As the answer, set down the lines below from the one containing "extrude(amount=F2_DEPTH)" through the one containing "FreeCAD Python script", exactly and inclusively, and no others.
::: MATERIAL FOR THIS TASK
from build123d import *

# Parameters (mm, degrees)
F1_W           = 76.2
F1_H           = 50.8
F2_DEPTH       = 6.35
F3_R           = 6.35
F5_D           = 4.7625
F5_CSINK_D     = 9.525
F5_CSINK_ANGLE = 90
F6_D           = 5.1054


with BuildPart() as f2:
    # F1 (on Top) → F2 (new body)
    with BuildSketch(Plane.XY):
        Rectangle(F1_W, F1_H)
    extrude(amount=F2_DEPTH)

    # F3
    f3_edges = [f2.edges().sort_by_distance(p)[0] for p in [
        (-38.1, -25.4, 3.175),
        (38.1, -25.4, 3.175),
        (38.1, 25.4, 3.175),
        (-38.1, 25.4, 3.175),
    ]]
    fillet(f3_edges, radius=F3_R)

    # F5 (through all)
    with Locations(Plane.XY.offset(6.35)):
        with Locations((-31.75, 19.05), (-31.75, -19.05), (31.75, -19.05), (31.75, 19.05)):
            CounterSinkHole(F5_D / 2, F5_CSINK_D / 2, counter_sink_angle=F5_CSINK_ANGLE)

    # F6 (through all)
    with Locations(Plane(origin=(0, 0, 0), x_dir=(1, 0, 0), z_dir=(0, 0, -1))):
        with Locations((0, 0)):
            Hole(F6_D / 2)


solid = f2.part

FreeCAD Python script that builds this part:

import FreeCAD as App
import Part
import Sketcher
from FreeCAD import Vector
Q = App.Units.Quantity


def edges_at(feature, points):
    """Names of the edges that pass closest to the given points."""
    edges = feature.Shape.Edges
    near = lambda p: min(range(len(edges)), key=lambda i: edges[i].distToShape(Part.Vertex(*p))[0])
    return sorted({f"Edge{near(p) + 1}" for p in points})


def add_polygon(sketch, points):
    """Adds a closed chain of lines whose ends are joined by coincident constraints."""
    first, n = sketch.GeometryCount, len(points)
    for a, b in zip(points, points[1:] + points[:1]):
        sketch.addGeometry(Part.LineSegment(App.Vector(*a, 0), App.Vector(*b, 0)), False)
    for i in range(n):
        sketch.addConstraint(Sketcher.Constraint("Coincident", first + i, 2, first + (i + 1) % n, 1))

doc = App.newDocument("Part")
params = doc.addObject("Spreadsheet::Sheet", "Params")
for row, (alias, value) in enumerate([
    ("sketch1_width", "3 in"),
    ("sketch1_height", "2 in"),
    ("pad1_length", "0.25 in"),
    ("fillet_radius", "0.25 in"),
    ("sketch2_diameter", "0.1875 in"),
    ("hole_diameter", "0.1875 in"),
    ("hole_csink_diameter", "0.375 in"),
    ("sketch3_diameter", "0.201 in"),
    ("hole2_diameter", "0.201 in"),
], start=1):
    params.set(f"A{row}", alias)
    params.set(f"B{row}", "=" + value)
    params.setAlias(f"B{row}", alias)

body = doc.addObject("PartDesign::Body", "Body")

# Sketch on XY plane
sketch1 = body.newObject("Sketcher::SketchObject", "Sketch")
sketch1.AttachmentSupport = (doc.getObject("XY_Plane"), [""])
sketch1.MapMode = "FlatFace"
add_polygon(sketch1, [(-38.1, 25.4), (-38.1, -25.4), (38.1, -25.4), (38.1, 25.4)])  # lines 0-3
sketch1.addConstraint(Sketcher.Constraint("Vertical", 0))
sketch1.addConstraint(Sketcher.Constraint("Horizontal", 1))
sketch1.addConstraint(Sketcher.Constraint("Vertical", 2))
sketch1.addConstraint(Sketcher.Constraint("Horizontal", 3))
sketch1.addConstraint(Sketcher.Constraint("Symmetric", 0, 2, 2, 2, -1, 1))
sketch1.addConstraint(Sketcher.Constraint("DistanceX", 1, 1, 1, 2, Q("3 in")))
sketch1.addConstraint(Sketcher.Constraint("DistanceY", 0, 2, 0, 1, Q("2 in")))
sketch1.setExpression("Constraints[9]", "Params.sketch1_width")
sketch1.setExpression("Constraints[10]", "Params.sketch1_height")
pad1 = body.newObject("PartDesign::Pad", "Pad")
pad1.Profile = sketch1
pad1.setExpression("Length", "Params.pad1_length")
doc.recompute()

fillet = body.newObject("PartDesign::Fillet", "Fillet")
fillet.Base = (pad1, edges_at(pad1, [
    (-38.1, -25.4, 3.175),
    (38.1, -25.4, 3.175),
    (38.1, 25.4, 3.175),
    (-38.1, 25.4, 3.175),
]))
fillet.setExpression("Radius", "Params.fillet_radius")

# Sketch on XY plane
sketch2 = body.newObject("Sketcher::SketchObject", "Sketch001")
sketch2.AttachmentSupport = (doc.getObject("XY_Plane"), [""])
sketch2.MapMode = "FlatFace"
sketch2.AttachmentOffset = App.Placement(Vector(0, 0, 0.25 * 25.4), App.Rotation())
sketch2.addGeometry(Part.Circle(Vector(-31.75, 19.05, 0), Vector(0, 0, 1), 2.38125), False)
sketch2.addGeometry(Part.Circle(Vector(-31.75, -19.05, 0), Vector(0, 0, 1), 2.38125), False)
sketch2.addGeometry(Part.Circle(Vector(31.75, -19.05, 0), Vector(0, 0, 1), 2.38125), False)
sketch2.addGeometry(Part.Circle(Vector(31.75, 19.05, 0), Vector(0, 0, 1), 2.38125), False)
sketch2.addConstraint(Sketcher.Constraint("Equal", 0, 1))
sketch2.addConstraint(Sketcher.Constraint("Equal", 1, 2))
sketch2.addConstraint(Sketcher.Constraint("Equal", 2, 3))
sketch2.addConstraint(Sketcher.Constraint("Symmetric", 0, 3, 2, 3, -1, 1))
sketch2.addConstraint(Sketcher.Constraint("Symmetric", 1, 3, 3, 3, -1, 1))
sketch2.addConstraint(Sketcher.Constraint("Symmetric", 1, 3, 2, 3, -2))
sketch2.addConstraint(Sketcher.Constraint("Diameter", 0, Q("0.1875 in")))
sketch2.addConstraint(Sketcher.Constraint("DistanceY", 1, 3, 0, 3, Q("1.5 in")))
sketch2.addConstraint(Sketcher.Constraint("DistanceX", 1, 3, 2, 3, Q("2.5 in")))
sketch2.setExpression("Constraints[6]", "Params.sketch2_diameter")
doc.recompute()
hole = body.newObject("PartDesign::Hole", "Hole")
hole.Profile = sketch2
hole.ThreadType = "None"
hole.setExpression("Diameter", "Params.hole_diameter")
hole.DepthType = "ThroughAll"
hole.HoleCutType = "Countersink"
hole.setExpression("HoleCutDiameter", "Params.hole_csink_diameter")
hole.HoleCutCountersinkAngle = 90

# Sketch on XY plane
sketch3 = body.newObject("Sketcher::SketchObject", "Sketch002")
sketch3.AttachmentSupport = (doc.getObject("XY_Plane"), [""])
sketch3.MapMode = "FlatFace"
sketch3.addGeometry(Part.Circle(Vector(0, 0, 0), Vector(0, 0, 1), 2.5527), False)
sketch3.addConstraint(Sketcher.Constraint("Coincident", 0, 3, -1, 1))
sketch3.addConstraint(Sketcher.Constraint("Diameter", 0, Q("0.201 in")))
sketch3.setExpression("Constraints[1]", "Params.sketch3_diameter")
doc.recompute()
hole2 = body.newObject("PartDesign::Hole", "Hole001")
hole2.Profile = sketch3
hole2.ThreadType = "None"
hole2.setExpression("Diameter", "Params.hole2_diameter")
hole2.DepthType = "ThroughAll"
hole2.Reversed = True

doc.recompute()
::::::
REPLY TO THE TASK:
    extrude(amount=F2_DEPTH)

    # F3
    f3_edges = [f2.edges().sort_by_distance(p)[0] for p in [
        (-38.1, -25.4, 3.175),
        (38.1, -25.4, 3.175),
        (38.1, 25.4, 3.175),
        (-38.1, 25.4, 3.175),
    ]]
    fillet(f3_edges, radius=F3_R)

    # F5 (through all)
    with Locations(Plane.XY.offset(6.35)):
        with Locations((-31.75, 19.05), (-31.75, -19.05), (31.75, -19.05), (31.75, 19.05)):
            CounterSinkHole(F5_D / 2, F5_CSINK_D / 2, counter_sink_angle=F5_CSINK_ANGLE)

    # F6 (through all)
    with Locations(Plane(origin=(0, 0, 0), x_dir=(1, 0, 0), z_dir=(0, 0, -1))):
        with Locations((0, 0)):
            Hole(F6_D / 2)


solid = f2.part

FreeCAD Python script that builds this part:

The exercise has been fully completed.